Ada beberapa keuntungan dalam tim yang anggotanya berlatar belakang
beragam. Keuntungan tersebut, di antaranya adalah mereka akan memperoleh
sesuatu yang lebih dari pebelajar yang lainnya, dengan jenis kelamin yang
berbeda, latar belakang yang berbeda, dan kemampuan yang berbeda pula. Tiap
pebelajar memiliki kelebihan tertentu, yang mungkin tidak dimiliki oleh
pebelajar yang lainnya. Menurut Hill & Tim ( 1993) beberapa kemampuan
pebelajar yang kemungkinan diperlukan pada tahap pembentukan tim, yakni (1)

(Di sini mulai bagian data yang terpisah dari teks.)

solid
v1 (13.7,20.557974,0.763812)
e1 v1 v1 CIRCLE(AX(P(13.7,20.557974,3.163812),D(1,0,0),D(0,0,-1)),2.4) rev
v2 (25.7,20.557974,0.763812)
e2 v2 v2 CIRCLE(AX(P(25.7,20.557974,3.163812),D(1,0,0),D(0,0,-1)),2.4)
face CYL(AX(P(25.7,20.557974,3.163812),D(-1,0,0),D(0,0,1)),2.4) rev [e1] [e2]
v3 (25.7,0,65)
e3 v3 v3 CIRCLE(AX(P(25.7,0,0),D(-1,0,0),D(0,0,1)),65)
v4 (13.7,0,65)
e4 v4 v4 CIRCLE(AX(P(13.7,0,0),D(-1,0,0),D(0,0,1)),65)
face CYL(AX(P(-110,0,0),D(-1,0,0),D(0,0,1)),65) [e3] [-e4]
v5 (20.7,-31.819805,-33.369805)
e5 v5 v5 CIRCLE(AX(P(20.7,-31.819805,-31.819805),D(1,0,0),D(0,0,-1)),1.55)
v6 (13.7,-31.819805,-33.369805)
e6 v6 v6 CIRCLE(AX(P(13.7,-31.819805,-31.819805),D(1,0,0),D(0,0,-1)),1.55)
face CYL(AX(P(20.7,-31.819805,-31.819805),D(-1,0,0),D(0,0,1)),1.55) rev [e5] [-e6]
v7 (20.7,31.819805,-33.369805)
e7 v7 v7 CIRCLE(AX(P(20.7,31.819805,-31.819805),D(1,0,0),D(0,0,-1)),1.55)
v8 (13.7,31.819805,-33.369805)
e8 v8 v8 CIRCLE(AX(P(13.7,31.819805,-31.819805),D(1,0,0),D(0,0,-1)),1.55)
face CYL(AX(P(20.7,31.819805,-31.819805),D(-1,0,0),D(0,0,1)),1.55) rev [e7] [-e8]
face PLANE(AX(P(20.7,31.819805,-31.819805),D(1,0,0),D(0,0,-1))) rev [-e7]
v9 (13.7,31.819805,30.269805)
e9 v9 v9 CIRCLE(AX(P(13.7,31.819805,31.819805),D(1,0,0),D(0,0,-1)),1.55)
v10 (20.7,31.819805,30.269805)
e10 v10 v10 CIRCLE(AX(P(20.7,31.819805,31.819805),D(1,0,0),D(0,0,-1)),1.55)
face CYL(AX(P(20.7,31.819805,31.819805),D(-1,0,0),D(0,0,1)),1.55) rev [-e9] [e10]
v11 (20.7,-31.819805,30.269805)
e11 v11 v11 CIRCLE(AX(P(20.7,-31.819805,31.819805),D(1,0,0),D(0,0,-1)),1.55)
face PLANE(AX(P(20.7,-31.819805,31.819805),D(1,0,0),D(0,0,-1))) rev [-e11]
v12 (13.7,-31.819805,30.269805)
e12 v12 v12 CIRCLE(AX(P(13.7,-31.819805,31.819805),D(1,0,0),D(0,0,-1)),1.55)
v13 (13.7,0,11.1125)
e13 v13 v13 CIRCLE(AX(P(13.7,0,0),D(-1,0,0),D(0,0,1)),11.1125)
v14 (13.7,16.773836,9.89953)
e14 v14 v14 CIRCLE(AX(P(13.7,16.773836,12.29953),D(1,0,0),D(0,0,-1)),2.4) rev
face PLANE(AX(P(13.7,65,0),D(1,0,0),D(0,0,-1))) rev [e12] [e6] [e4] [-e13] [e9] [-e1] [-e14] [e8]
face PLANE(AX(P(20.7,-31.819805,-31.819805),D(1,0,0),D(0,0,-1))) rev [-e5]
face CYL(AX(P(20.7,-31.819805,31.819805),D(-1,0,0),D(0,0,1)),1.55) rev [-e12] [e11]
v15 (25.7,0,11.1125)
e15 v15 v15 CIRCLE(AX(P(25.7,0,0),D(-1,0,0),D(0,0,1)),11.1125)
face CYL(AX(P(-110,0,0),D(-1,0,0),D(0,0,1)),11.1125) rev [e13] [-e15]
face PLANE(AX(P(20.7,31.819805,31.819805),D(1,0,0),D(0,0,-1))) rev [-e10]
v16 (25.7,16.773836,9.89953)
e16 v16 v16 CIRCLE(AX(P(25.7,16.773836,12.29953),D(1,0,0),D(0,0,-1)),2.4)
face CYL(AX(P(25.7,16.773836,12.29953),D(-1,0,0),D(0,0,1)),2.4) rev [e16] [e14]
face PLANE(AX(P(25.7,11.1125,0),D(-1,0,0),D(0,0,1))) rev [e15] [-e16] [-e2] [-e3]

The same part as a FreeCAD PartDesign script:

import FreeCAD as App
import Part
import Sketcher

V = App.Vector

doc = App.newDocument("Part")
body = doc.addObject("PartDesign::Body", "Body")

# Sketch on XY plane
sketch1 = body.newObject("Sketcher::SketchObject", "Sketch")
sketch1.AttachmentSupport = (doc.getObject("XY_Plane"), [""])
sketch1.MapMode = "FlatFace"
sketch1.addGeometry(Part.LineSegment(V(14, 65, 0), V(14, 11, 0)), False)
sketch1.addGeometry(Part.LineSegment(V(14, 11, 0), V(26, 11, 0)), False)
sketch1.addGeometry(Part.LineSegment(V(26, 11, 0), V(26, 65, 0)), False)
sketch1.addGeometry(Part.LineSegment(V(26, 65, 0), V(14, 65, 0)), False)
sketch1.addConstraint(Sketcher.Constraint("Coincident", 0, 2, 1, 1))
sketch1.addConstraint(Sketcher.Constraint("Coincident", 1, 2, 2, 1))
sketch1.addConstraint(Sketcher.Constraint("Coincident", 2, 2, 3, 1))
sketch1.addConstraint(Sketcher.Constraint("Coincident", 3, 2, 0, 1))
sketch1.addConstraint(Sketcher.Constraint("Vertical", 0))
sketch1.addConstraint(Sketcher.Constraint("Horizontal", 1))
sketch1.addConstraint(Sketcher.Constraint("Vertical", 2))
sketch1.addConstraint(Sketcher.Constraint("Horizontal", 3))
sketch1.addConstraint(Sketcher.Constraint("DistanceX", 1, 1, 1, 2, 12.0))
sketch1.addConstraint(Sketcher.Constraint("DistanceY", -1, 1, 2, 2, 65.0))
sketch1.addConstraint(Sketcher.Constraint("DistanceX", -1, 1, 0, 2, 13.7))
sketch1.addConstraint(Sketcher.Constraint("DistanceY", 0, 2, 0, 1, 53.8875))
revolution = body.newObject("PartDesign::Revolution", "Revolution")
revolution.Profile = sketch1
revolution.ReferenceAxis = (sketch1, ["H_Axis"])
revolution.Angle = 360

# Sketch on YZ plane
sketch2 = body.newObject("Sketcher::SketchObject", "Sketch001")
sketch2.AttachmentSupport = (doc.getObject("YZ_Plane"), [""])
sketch2.MapMode = "FlatFace"
sketch2.addGeometry(Part.Circle(V(20.6, 3.2, 0), V(0, 0, 1), 2.4), False)
sketch2.addGeometry(Part.Circle(V(16.8, 12.3, 0), V(0, 0, 1), 2.4), False)
sketch2.addConstraint(Sketcher.Constraint("Equal", 0, 1))
sketch2.addConstraint(Sketcher.Constraint("Diameter", 0, 4.8))
sketch2.addConstraint(Sketcher.Constraint("DistanceY", -1, 1, 1, 3, 12.29953))
sketch2.addConstraint(Sketcher.Constraint("DistanceX", 1, 3, 0, 3, 3.784138))
sketch2.addConstraint(Sketcher.Constraint("DistanceX", -1, 1, 0, 3, 20.557974))
sketch2.addConstraint(Sketcher.Constraint("DistanceY", -1, 1, 0, 3, 3.163812))
pocket1 = body.newObject("PartDesign::Pocket", "Pocket")
pocket1.Profile = sketch2
pocket1.Type = "ThroughAll"
pocket1.Midplane = True

# Sketch on YZ plane
sketch3 = body.newObject("Sketcher::SketchObject", "Sketch002")
sketch3.AttachmentSupport = (doc.getObject("YZ_Plane"), [""])
sketch3.MapMode = "FlatFace"
sketch3.AttachmentOffset = App.Placement(V(0, 0, 13.7), App.Rotation())
sketch3.addGeometry(Part.Circle(V(31.8, 31.8, 0), V(0, 0, 1), 1.6), False)
sketch3.addGeometry(Part.Circle(V(-31.8, 31.8, 0), V(0, 0, 1), 1.6), False)
sketch3.addGeometry(Part.Circle(V(-31.8, -31.8, 0), V(0, 0, 1), 1.6), False)
sketch3.addGeometry(Part.Circle(V(31.8, -31.8, 0), V(0, 0, 1), 1.6), False)
sketch3.addConstraint(Sketcher.Constraint("Equal", 0, 1))
sketch3.addConstraint(Sketcher.Constraint("Equal", 1, 2))
sketch3.addConstraint(Sketcher.Constraint("Equal", 2, 3))
sketch3.addConstraint(Sketcher.Constraint("Symmetric", 0, 3, 2, 3, -1, 1))
sketch3.addConstraint(Sketcher.Constraint("Symmetric", 1, 3, 3, 3, -1, 1))
sketch3.addConstraint(Sketcher.Constraint("Symmetric", 0, 3, 1, 3, -2))
sketch3.addConstraint(Sketcher.Constraint("Diameter", 0, 3.1))
sketch3.addConstraint(Sketcher.Constraint("DistanceX", 1, 3, 0, 3, 63.63961))
sketch3.addConstraint(Sketcher.Constraint("DistanceY", 2, 3, 1, 3, 63.63961))
pocket2 = body.newObject("PartDesign::Pocket", "Pocket001")
pocket2.Profile = sketch3
pocket2.Length = 7
pocket2.Reversed = True

doc.recompute()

memberikan ruang bagi orang lain, (2) membuat pasangan/lingkaran, (3) melakukan
kontak mata, (4) tetap berada ditimnya, (5) menggunakan suara lembut/pelan, (6)
menggunakan nama-nama orang, (7) tidak putus asa/cepat menyerah, (8)
bergiliran, (9) menggunakan pikiran sendiri/tidak menggunakan tangan orang
lain, (10) membentuk kelompok tanpa mengganggu orang lain, (11) mengijinkan
teman lain untuk berbicara, dan (12) mendengarkan secara aktif
b. Kemampuan Bekerja/Belajar dalam Tim
Setelah membentuk tim, ada beberapa cara untuk meningkatkan kinerja tim,
yakni (1) membuat tugas dan (2) membentuk organisasi tim, misalnya ketua,
sekretaris, yang mengerjakan tugas 1, tugas 2, dan seterusnya. Cara itu tepat
untuk menjadikan tim agar lebih bisa mandiri, efektif, dan efisien. Adanya
pemimpin atau juru bicara dalam suatu tim akan memberikan keuntungan dalam
menyelesaikan berbagai tugas/masalah. Setiap peran di dalam tim memacu kinerja
menjadi lebih efektif dan efisien (Hill & Tim, 1993). Peran-peran tersebut
mencakup (1) mengamati (2) mencatat, (3) bertanya, (4) meringkas, (5) mendorong
untuk berkontribusi, (6) memberikan penjelasan lebih lanjut, (7) mengoranisasikan
penyelesaian, dan (8) pengaturan waktu.
c. Kemampuan Memecahkan Masalah dalam Tim
Ada beberapa kemampuan yang perlu dimiliki oleh pebelajar agar dapat
bekerja secara efektif dalam tim untuk menyelesaikan masalah. Kemampuan
mendaftar ide/gagasan dan alternatif pemecahan masalah dapat diterapkan dalam
memulai diskusi. Mereka dapat melanjutkan menulis berdasarkan kesepakatan
diantara mereka serta dapat diulang-ulang secara terus menerus sampai tahap
akhir. Kemampuan membangun perdebatan tentang penyelesaian alternatif
pemecahan, kemudian menyetujui satu pemecahan masalah adalah bagian terpenting
dari tim pemecah masalah. Ketika disibukkan dalam pemecahan masalah, pebelajar
dapat menjelaskan ide-ide atau gagasan mereka atau posisi mereka. Diskusi ini
merangsang berpikir dan meningkatkan belajar (Hill & Tim, 1993).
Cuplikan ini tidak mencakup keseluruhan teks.